The Board also raises Meta's past failures to moderate hateful content in Myanmar and Ethiopia, linked in the source to the genocide of minority groups. In 2018, Facebook apologized for its role in "offline violence" in Myanmar.

A key operational problem remains unresolved. According to the Board, Meta "has not developed provisions regarding the use of the product in crisis situations, including adapting, modifying, or suspending the feature."

Minorities and languages may face unequal risks

The Board also identifies a structural weakness in the algorithm. It says the system models societal polarization along a single axis. Meta, the Board says, "has not provided any information that suggests its program will be substantively different" from X's.

That matters in countries where division is not simple. Political, ethnic, religious and linguistic conflicts may overlap. In that environment, a bridging algorithm could mistake shared prejudice among dominant groups for balanced consensus.

The Board describes a scenario in which majority groups that disagree on other issues share hostility toward a minority. That shared prejudice could become the "bridge" that allows harmful notes targeting minorities to pass the consensus threshold.

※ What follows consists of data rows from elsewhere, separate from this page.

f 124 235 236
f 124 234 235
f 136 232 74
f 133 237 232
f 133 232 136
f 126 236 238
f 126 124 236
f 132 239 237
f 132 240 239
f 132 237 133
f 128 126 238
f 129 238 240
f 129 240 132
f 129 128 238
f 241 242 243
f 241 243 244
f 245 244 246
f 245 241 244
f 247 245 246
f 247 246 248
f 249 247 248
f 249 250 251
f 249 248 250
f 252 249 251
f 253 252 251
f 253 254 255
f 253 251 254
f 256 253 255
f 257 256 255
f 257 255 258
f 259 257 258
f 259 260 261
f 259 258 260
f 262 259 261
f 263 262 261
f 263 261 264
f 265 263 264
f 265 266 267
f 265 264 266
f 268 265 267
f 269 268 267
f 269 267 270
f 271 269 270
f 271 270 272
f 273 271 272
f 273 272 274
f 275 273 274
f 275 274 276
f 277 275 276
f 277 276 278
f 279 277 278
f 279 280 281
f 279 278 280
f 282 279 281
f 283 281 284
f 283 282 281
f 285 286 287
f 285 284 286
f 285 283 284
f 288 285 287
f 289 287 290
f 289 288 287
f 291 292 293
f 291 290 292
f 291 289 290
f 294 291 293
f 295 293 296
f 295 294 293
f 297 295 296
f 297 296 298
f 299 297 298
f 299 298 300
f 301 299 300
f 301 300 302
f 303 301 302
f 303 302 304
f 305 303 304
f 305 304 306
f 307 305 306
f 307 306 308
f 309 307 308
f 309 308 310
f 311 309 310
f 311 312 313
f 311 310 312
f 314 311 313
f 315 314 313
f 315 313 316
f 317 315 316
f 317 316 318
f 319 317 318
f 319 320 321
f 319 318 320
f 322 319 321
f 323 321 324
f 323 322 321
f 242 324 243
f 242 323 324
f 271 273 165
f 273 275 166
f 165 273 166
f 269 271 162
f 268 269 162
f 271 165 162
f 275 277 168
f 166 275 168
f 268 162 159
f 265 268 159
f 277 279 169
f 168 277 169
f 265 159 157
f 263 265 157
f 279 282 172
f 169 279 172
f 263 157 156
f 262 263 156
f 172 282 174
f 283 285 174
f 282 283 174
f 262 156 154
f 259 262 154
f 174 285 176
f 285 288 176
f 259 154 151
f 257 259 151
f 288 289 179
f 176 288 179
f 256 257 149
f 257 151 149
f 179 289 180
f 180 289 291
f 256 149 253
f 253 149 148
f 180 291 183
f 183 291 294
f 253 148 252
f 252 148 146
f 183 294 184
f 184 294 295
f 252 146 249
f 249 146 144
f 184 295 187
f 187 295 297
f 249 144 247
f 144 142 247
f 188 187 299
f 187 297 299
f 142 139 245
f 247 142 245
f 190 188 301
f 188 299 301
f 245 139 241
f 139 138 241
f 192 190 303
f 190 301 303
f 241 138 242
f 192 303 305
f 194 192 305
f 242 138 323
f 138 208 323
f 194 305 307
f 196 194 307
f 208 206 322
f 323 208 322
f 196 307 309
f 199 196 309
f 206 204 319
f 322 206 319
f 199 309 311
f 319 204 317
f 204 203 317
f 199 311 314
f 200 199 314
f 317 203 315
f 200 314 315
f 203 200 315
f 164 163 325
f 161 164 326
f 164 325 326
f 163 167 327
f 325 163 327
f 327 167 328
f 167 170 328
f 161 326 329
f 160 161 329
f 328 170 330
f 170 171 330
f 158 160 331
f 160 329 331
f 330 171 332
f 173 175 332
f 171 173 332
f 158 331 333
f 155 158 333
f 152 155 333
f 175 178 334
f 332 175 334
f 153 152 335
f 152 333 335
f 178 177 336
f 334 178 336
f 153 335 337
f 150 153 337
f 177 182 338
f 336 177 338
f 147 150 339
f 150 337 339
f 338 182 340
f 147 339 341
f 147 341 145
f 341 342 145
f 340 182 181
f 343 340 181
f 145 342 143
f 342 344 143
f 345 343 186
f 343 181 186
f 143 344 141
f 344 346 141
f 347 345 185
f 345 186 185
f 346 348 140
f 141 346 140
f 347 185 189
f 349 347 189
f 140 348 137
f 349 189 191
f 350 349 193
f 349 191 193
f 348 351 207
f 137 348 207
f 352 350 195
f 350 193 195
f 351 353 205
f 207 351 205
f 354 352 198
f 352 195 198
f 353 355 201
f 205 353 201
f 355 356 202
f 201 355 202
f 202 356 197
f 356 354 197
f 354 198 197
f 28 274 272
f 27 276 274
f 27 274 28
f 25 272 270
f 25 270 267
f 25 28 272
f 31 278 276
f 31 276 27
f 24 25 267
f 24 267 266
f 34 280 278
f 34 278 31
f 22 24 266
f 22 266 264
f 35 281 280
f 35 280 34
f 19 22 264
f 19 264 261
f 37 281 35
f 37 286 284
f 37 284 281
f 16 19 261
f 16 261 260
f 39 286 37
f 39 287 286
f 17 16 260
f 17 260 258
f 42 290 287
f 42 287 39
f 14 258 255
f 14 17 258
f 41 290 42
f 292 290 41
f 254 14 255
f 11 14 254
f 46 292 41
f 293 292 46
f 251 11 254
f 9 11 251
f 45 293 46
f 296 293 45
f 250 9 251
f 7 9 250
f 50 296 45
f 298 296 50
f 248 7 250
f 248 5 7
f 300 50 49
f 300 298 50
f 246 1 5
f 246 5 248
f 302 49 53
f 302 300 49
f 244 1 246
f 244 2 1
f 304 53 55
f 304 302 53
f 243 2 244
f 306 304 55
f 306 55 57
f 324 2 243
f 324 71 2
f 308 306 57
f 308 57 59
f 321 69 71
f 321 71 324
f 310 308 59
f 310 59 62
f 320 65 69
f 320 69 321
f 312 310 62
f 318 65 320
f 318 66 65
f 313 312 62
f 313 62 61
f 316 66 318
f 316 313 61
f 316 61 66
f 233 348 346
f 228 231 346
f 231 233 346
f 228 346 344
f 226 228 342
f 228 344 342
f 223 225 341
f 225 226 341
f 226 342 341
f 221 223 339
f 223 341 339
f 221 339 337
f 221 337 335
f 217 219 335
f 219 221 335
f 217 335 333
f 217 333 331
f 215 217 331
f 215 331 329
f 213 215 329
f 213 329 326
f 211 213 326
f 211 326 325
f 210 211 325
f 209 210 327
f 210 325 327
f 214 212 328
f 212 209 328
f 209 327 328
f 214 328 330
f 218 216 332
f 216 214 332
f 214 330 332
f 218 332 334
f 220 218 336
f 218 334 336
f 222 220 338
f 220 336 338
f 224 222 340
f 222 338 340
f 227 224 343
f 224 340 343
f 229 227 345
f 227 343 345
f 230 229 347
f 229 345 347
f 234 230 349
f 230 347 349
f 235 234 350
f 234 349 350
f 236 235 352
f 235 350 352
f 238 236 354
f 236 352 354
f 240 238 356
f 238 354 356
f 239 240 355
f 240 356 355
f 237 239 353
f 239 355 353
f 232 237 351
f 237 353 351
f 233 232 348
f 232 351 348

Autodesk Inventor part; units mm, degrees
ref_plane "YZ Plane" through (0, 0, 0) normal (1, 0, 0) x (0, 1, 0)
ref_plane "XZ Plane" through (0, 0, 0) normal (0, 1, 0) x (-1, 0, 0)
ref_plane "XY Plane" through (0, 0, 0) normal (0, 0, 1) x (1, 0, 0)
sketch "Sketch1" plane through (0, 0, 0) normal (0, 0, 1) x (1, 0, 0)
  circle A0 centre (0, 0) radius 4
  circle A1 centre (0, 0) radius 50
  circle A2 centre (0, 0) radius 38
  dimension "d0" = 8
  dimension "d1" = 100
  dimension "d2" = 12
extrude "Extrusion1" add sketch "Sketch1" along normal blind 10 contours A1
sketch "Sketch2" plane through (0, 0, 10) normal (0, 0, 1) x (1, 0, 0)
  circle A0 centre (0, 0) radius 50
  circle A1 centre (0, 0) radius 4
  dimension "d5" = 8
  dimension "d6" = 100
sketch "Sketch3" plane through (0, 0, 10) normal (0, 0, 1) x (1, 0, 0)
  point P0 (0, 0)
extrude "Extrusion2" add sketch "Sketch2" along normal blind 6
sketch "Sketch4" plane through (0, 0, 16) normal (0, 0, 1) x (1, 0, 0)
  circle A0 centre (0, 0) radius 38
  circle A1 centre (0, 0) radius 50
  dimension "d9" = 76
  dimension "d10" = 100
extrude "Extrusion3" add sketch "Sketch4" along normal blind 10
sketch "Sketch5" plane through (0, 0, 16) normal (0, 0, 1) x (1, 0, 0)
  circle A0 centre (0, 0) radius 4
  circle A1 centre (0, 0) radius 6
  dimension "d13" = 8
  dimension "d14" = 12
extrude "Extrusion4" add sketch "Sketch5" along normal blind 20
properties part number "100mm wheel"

A consortium of South Asian NGOs presented the Board with evidence of such dynamics in X's Community Notes in India, where political divisions involve overlapping affiliations spanning ethnicity, religion, language and caste.

Language access is another limitation. The system currently operates in only six languages: English, Spanish, Chinese, Vietnamese, French, and Portuguese. Research cited in the source shows that notes in non-English languages on X are rated and published far less frequently.

The Board's recommendation is not simply to slow down. It calls for a staggered rollout with strict exclusion criteria. For Meta, the central question is whether Community Notes can be more than a low-friction context layer when misinformation is fast, coordinated and potentially harmful offline.